В клинике Перси Окуджава прожил почти полдня. В 22 часа по московскому времени он скончался, так и не выйдя из комы. Позднее директор ЦЭЛТ А. Бронштейн так прокомментирует действия своих французских коллег: "Поскольку Окуджава - русский, французские врачи отнеслись к нему не самым лучшим образом и сделали далеко не все, что можно было. В результате его просто потеряли. Конечно, он был тяжелым больным, у него были проблемы с печенью, сердцем. Но грипп, даже французский, вовсе не причина для того, чтобы позволить человеку умереть…"
13 июня в русской церкви Александра Невского в Париже состоялось заочное отпевание и панихида по Булату Окуджаве. Три дня спустя его тело доставили в Москву. 18 июня состоялась панихида по усопшему. Практически все средства массовой информации России откликнулись на это скорбное событие.
"Сегодня": "Тысячи людей пришли на Арбат, в Театр им. Вахтангова, проститься с Булатом Окуджавой. Гроб с телом поэта был установлен на сцене. Из динамиков звучали песни Окуджавы. Венки поэту принесли его друзья, вахтанговцы, прислали президент, правительство, Министерство культуры, общество "Мемориал". Известные писатели, поэты, барды, актеры, режиссеры на траурном митинге почтили память Булата Окуджавы. Выступали Белла Ахмадулина, Андрей Вознесенский, Евгений Евтушенко, Елена Камбурова, Владимир Войнович, Владимир Мотыль, министр культуры Евгений Сидоров и многие представители политической элиты. В четверг (19 июня) после отпевания в церкви Косьмы и Дамиана Окуджава будет похоронен на Ваганьковском кладбище".

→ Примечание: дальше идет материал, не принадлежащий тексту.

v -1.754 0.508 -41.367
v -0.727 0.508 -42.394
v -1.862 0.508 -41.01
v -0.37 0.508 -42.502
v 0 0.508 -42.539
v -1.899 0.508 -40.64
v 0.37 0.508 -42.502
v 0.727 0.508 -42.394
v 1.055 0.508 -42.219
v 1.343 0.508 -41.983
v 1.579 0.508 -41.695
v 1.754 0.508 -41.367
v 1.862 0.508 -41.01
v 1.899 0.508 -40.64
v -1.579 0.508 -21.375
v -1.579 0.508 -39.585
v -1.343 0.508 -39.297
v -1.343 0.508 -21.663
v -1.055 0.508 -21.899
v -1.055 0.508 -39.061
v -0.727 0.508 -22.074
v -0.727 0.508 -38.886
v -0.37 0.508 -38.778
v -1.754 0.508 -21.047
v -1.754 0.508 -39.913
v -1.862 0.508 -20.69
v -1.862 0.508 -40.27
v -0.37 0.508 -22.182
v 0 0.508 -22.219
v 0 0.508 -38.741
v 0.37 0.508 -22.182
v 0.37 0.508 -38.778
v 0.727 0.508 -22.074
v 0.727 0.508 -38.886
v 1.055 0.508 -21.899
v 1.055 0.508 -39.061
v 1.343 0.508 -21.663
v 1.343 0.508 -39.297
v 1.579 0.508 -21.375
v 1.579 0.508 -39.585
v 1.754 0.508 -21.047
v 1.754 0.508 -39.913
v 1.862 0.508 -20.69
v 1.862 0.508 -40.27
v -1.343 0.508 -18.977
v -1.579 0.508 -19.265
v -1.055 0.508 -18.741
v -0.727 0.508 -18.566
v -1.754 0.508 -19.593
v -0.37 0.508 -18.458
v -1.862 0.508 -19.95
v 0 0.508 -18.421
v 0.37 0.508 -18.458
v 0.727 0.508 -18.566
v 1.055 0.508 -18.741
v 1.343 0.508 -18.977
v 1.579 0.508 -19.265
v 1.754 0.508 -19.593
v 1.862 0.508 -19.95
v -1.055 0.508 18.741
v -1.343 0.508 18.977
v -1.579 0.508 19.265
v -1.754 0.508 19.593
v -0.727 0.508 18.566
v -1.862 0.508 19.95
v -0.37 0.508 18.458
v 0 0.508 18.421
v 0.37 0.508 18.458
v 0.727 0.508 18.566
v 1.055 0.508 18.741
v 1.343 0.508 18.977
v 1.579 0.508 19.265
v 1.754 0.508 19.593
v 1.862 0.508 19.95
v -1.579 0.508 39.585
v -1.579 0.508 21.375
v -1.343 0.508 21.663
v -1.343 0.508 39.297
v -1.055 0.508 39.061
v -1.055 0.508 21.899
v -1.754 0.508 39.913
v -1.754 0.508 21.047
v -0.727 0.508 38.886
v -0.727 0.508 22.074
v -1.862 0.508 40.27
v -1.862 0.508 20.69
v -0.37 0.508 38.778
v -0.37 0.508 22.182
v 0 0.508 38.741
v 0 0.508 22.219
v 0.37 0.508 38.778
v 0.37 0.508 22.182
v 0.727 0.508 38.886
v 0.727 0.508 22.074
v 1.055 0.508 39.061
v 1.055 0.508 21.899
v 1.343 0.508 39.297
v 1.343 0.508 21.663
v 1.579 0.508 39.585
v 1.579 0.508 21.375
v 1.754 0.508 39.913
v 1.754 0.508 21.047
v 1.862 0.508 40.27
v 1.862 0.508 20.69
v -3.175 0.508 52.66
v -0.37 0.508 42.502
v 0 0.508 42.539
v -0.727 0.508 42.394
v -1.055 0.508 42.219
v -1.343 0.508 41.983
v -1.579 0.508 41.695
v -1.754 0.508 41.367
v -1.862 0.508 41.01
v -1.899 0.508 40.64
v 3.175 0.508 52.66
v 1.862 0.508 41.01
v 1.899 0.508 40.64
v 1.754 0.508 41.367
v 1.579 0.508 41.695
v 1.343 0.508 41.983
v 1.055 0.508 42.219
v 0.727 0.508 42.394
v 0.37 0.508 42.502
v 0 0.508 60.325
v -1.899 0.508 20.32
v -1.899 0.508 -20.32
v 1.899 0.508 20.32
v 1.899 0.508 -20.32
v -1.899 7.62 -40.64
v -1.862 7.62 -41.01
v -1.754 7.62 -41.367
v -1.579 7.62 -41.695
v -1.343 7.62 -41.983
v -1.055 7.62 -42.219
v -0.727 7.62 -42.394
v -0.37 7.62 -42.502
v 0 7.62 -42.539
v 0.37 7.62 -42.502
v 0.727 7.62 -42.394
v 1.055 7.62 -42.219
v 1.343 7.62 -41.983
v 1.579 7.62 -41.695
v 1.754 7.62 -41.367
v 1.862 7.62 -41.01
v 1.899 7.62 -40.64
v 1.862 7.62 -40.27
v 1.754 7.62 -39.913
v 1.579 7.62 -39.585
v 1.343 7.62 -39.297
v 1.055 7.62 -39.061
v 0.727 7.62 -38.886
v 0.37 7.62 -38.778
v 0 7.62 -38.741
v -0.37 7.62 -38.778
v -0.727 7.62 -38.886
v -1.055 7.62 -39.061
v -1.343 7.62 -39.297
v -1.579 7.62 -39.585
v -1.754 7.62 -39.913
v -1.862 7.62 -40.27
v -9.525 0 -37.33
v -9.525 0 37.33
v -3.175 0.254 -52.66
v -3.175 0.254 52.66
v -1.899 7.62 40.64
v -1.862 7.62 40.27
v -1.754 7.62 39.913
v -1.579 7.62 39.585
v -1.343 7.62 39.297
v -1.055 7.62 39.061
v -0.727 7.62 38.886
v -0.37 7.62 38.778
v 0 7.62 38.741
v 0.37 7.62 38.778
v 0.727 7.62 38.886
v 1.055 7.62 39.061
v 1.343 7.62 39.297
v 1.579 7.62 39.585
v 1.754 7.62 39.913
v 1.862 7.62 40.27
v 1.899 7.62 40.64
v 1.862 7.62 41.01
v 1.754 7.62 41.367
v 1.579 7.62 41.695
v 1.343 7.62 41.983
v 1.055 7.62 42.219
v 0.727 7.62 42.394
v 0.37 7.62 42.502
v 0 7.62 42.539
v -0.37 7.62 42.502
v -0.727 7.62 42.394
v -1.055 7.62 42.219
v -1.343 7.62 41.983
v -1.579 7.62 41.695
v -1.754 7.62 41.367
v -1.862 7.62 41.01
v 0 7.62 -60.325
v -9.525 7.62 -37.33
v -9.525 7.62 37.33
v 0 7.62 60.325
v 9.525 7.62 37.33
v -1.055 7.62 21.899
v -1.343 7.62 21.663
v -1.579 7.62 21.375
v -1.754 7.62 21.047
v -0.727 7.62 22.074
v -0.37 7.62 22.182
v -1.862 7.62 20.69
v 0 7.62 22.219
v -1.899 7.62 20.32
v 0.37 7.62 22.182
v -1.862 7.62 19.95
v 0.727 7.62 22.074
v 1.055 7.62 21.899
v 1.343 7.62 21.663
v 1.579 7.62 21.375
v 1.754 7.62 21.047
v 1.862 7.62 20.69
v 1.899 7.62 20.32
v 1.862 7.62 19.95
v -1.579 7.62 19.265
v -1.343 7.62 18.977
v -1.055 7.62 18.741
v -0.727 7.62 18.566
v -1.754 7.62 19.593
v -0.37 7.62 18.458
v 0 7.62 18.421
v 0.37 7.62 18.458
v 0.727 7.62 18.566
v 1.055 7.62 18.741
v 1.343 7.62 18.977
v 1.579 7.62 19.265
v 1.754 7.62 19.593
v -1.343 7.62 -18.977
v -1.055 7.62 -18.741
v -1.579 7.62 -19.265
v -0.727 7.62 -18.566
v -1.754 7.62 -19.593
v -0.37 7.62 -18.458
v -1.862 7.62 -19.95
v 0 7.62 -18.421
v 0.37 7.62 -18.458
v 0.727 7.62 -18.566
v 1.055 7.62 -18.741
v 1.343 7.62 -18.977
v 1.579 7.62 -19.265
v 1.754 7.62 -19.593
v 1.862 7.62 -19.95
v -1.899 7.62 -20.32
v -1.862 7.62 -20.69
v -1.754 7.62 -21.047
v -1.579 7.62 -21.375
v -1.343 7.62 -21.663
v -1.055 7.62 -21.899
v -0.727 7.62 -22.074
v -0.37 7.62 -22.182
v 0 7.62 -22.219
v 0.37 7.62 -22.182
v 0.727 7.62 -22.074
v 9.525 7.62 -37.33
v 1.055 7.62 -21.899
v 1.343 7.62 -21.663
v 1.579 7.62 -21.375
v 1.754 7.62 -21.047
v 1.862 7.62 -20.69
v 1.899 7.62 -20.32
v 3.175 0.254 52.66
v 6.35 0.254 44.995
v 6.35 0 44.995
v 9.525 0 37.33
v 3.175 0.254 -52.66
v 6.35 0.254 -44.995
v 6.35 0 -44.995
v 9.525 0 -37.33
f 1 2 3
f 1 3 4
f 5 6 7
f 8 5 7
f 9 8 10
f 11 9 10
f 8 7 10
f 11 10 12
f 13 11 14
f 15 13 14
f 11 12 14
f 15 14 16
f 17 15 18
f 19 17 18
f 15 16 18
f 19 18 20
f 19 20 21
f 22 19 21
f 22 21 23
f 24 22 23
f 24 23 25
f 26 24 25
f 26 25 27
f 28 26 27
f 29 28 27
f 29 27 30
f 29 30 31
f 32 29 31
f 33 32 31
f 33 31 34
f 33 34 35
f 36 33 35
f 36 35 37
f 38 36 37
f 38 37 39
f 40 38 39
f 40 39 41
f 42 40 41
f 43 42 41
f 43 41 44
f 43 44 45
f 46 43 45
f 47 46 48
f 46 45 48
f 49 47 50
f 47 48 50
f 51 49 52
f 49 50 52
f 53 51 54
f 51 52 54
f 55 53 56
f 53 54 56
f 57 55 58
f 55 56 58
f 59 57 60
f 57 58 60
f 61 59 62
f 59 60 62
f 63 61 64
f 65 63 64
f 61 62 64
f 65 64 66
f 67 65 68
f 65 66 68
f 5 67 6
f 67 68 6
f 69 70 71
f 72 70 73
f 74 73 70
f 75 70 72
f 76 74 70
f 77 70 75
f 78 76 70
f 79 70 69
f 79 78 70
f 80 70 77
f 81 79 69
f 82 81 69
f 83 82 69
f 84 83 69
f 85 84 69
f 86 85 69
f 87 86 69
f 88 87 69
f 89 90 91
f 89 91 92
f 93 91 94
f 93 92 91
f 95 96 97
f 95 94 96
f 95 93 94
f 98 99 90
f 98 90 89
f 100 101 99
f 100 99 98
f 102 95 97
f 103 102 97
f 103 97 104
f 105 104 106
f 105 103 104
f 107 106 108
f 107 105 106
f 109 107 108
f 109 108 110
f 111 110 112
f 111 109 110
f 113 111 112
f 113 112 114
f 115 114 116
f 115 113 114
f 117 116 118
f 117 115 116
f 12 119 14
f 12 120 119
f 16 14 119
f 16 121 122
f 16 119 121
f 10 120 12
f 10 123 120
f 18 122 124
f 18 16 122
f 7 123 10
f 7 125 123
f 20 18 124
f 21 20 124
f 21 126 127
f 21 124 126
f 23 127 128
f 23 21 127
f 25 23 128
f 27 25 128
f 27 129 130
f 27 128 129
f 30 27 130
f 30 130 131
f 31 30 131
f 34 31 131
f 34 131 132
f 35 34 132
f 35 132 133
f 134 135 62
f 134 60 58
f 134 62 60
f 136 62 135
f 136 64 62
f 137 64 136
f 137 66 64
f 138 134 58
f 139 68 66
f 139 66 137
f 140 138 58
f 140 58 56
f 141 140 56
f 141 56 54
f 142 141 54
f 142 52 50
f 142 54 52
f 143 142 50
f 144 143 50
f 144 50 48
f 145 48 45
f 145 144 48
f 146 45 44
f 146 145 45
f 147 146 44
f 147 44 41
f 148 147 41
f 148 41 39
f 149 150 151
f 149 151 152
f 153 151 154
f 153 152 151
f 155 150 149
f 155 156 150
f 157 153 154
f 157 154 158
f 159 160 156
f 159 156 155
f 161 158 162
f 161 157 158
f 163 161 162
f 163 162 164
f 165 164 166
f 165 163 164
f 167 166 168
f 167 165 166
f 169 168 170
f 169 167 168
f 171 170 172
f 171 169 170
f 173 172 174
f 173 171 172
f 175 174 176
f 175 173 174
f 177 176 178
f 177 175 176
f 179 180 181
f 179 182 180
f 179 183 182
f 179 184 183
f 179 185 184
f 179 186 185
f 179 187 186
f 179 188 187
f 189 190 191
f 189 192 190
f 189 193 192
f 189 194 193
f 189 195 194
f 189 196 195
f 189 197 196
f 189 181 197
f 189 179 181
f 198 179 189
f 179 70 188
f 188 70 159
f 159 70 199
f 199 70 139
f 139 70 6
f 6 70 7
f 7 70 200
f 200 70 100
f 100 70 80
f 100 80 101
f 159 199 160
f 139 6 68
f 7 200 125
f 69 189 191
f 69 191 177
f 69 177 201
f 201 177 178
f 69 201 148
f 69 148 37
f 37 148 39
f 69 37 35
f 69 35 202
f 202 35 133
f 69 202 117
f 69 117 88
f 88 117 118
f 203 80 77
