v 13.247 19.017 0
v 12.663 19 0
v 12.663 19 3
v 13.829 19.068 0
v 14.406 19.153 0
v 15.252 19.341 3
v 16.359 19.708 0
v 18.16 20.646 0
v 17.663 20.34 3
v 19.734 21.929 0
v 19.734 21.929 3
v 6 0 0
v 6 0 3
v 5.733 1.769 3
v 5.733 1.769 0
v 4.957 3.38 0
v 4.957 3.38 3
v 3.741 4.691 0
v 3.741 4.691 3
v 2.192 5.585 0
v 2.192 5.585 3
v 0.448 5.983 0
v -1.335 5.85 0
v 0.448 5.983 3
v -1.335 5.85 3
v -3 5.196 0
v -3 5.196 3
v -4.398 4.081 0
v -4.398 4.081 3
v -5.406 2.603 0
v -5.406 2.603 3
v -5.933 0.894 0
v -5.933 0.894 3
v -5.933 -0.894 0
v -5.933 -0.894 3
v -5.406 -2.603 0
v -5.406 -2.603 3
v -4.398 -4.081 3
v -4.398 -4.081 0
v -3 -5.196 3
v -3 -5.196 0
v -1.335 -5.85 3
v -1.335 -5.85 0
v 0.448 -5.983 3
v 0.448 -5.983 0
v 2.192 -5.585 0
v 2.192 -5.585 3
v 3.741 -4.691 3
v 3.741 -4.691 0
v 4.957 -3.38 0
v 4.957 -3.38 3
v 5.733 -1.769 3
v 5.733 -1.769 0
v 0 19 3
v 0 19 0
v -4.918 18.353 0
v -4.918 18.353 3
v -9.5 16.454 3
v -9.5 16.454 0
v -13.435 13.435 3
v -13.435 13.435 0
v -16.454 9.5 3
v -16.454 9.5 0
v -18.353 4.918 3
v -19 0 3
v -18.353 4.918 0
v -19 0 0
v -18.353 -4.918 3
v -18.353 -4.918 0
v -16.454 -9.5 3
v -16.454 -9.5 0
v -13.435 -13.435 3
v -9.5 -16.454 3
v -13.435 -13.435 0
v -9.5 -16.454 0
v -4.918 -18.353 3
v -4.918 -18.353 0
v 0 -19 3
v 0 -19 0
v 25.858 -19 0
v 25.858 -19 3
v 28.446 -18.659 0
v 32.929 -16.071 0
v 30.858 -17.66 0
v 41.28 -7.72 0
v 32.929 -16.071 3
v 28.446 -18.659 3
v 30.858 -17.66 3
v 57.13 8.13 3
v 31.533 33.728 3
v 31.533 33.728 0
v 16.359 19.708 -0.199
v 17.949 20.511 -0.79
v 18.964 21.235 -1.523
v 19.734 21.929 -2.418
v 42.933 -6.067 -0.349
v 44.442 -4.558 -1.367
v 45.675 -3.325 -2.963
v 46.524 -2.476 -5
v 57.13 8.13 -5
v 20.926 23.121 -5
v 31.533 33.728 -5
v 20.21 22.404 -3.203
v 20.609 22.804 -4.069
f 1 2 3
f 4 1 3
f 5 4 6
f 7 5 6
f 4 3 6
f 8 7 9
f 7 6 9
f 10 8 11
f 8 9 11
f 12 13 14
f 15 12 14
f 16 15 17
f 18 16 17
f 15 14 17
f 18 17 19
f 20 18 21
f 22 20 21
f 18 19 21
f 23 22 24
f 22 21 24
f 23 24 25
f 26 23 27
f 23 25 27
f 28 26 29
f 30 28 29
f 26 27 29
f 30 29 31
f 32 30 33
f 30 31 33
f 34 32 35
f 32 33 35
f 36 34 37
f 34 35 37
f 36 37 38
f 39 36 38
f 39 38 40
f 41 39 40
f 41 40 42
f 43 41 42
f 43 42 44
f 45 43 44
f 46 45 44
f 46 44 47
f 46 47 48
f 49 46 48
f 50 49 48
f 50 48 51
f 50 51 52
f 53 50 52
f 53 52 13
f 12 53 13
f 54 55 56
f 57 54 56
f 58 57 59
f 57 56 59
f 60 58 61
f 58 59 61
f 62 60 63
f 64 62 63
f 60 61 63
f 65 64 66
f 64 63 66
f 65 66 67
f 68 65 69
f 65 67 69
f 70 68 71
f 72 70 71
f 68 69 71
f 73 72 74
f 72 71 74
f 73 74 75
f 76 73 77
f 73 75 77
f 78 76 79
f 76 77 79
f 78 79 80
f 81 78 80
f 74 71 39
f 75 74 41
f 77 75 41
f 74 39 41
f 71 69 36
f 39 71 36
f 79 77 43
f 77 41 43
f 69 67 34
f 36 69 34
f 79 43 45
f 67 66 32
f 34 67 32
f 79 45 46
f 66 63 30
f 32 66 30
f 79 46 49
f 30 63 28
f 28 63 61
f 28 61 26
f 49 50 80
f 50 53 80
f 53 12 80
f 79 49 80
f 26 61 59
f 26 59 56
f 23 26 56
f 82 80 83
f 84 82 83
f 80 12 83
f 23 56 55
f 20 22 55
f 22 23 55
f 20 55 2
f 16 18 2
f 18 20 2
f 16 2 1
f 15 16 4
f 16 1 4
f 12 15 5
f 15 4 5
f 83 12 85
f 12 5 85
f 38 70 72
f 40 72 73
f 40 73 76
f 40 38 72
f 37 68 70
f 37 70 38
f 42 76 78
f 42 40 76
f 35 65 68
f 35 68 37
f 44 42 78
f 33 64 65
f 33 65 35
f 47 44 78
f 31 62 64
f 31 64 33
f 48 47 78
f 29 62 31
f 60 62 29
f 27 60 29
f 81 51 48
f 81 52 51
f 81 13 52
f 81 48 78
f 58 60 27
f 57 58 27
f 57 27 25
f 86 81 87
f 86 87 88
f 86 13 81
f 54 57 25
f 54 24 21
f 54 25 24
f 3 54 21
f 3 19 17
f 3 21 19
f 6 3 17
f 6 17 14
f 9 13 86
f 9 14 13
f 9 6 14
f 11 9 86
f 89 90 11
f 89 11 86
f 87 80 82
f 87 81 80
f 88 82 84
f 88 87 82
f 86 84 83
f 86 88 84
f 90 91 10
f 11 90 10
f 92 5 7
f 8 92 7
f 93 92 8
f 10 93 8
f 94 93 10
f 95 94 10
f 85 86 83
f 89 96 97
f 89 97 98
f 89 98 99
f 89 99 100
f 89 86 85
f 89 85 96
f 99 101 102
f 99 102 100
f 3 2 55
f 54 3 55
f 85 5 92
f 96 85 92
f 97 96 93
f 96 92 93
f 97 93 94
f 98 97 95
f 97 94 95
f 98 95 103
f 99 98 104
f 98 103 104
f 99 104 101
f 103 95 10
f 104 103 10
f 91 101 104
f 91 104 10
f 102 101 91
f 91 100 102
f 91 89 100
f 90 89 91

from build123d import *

# Parameters (mm, degrees)
SKETCH1_R           = 2.5
BOSS_EXTRUDE1_DEPTH = 3
SKETCH2_R           = 1.5
CUT_EXTRUDE1_DEPTH  = 77.127156728
FILLET1_R           = 10
SKETCH3_R           = 6
CUT_EXTRUDE2_DEPTH  = 77.127156728
BOSS_EXTRUDE3_DEPTH = 5
FILLET3_START       = -3.356502253
FILLET3_DEPTH       = 38.004734531
FILLET3_START_2     = -6
FILLET3_2_DEPTH     = 6


with BuildPart() as part:
    # Sketch1 → Boss-Extrude1 (new body)
    with BuildSketch(Plane.XY):
        with BuildLine():
            Line((0, -19), (30, -19))
            Line((30, -19), (64.201367261, 15.201367261))
            Line((64.201367261, 15.201367261), (58.615223689, 20.787510832))
            Line((58.615223689, 20.787510832), (44.190245353, 35.212489168))
            Line((44.190245353, 35.212489168), (38.604101782, 40.798632739))
            Line((38.604101782, 40.798632739), (16.805469042, 19))
            Line((16.805469042, 19), (0, 19))
            ThreePointArc((0, 19), (-19, 0), (0, -19))
        make_face()
        Circle(SKETCH1_R, mode=Mode.SUBTRACT)
    extrude(amount=BOSS_EXTRUDE1_DEPTH)

    # Sketch2 → Cut-Extrude1 (cut, through all)
    with BuildSketch(Plane.XY.offset(3)):
        with Locations((38.878105659, 35.574881393)):
            Circle(SKETCH2_R)
        with Locations((58.977615915, 15.475371138)):
            Circle(SKETCH2_R)
    extrude(amount=-CUT_EXTRUDE1_DEPTH, mode=Mode.SUBTRACT)

    # Fillet1
    fillet1_edges = [part.edges().sort_by_distance(p)[0] for p in [
        (16.805469042, 19, 1.5),
        (30, -19, 1.5),
    ]]
    fillet(fillet1_edges, radius=FILLET1_R)

    # Sketch3 → Cut-Extrude2 (cut, through all)
    with BuildSketch(Plane.XY.offset(3)):
        Circle(SKETCH3_R)
        Polygon((38.604101782, 40.798632739), (31.53303397, 33.727564928), (57.130299449, 8.130299449), (64.201367261, 15.201367261), align=None)
    extrude(amount=-CUT_EXTRUDE2_DEPTH, mode=Mode.SUBTRACT)

    # Sketch5 → Boss-Extrude3 (add)
    with BuildSketch(Plane(origin=(0, 0, 0), x_dir=(-1, 0, 0), z_dir=(0, 0, -1))):
        Polygon((-57.130299449, 8.130299449), (-31.53303397, 33.727564928), (-20.926432252, 23.12096321), (-46.523697731, -2.476302269), align=None)
    extrude(amount=BOSS_EXTRUDE3_DEPTH)

    # Fillet3: read off the stored shape, not the designer's step
    # Fillet3 outline → Fillet3 (add)
    with BuildSketch(Plane(origin=(0, 0, 0), x_dir=(0.707106781186548, 0.707106781186547, 0), z_dir=(0.707106781186547, -0.707106781186548, 0)).offset(FILLET3_START)):
        with BuildLine():
            ThreePointArc((23.730013537, 0), (28.202149492, -1.366750419), (31.146212025, -5))
            Line((31.146212025, -5), (31.146212025, 0))
            Line((31.146212025, 0), (23.730013537, 0))
        make_face()
    extrude(amount=FILLET3_DEPTH)

    # Fillet3 2 outline → Fillet3 2 (cut)
    with BuildSketch(Plane.XY.offset(FILLET3_START_2)):
        with BuildLine():
            Line((19.650292227, 24.397103235), (14.406247999, 19.153058913))
            ThreePointArc((14.406247999, 19.153058913), (17.283716467, 20.131400309), (19.73440123, 21.928932188))
            Line((19.73440123, 21.928932188), (20.926432252, 23.12096321))
            Line((20.926432252, 23.12096321), (19.650292227, 24.397103235))
        make_face()
    extrude(amount=FILLET3_2_DEPTH, mode=Mode.SUBTRACT)


solid = part.part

"Огонек", И. Мильштейн: "Взрыв скорби по Окуджаве уляжется, как это всегда бывает в подобных случаях. Но жизнь без него окажется тяжелей, чем представляется даже сегодня, в эти печальные прощальные дни. Романтические мечты поэта очеловечить власть были, наверное, несбыточными, но он умел, как никто, добиваться большего: очеловечивать, пусть на миг, хоть в те минуты, пока звучит песенка, всю нашу жизнь и даже души вождей прочищать от смрада. Сентиментальный генсек ронял слезу над его "Десантным батальоном" (а как же! война вспомнилась, подвиги! Малая Земля!..). Само присутствие Окуджавы (в городе, в стране, на планете) облагораживало действительность. Не намного. На миллиграмм. Но пока хватало.
С уходом Окуджавы, теперь уже вне всякого сомнения, в России начинается настоящая взрослая жизнь. Без бумажных солдатиков, милосердных сестер и зеленоглазого бога. Без жалости, без веры и без пощады. А простодушная мудрость наша, детская доверчивость и насмешливая любовь умерли 12-го, в День России, во французском военном госпитале. "Ваш сын, ваш брат, ваш отец…"
Что ж, возьмемся за руки, друзья. На Ваганькове. Над свежей могилой".
P. S. 28 октября 1997 года в "Московском комсомольце" появилось интервью вдовы писателя и поэта Ольги Владимировны, в котором она заявила: "Я не хотела "номенклатурного" Новодевичьего - выбрала "демократичное" Ваганьково, потому что там лежит его мать. На могилу Булата отвели только стандартные полтора метра. Вначале, когда меня привели и показали это место, оно показалось мне очень уединенным, тихим. На могилу Булата (конечно, не к нему одному) от трех вокзалов возят экскурсии. Какое тут уединение? Какая тишина? И попал Окуджава после смерти в "номенклатуру": аллея, где расположена его могила, - не для простых людей. И мне туда приходить трудно: все на виду. Ни подойти, ни постоять. Теперь я поняла свой промах. Лучше бы похоронила Булата в Переделкине, на тихом кладбище, где лежат много прекрасных собратьев по перу. Ну, может, еще соберусь с силами и перенесу его все-таки подальше от чужих глаз и чужого равнодушия".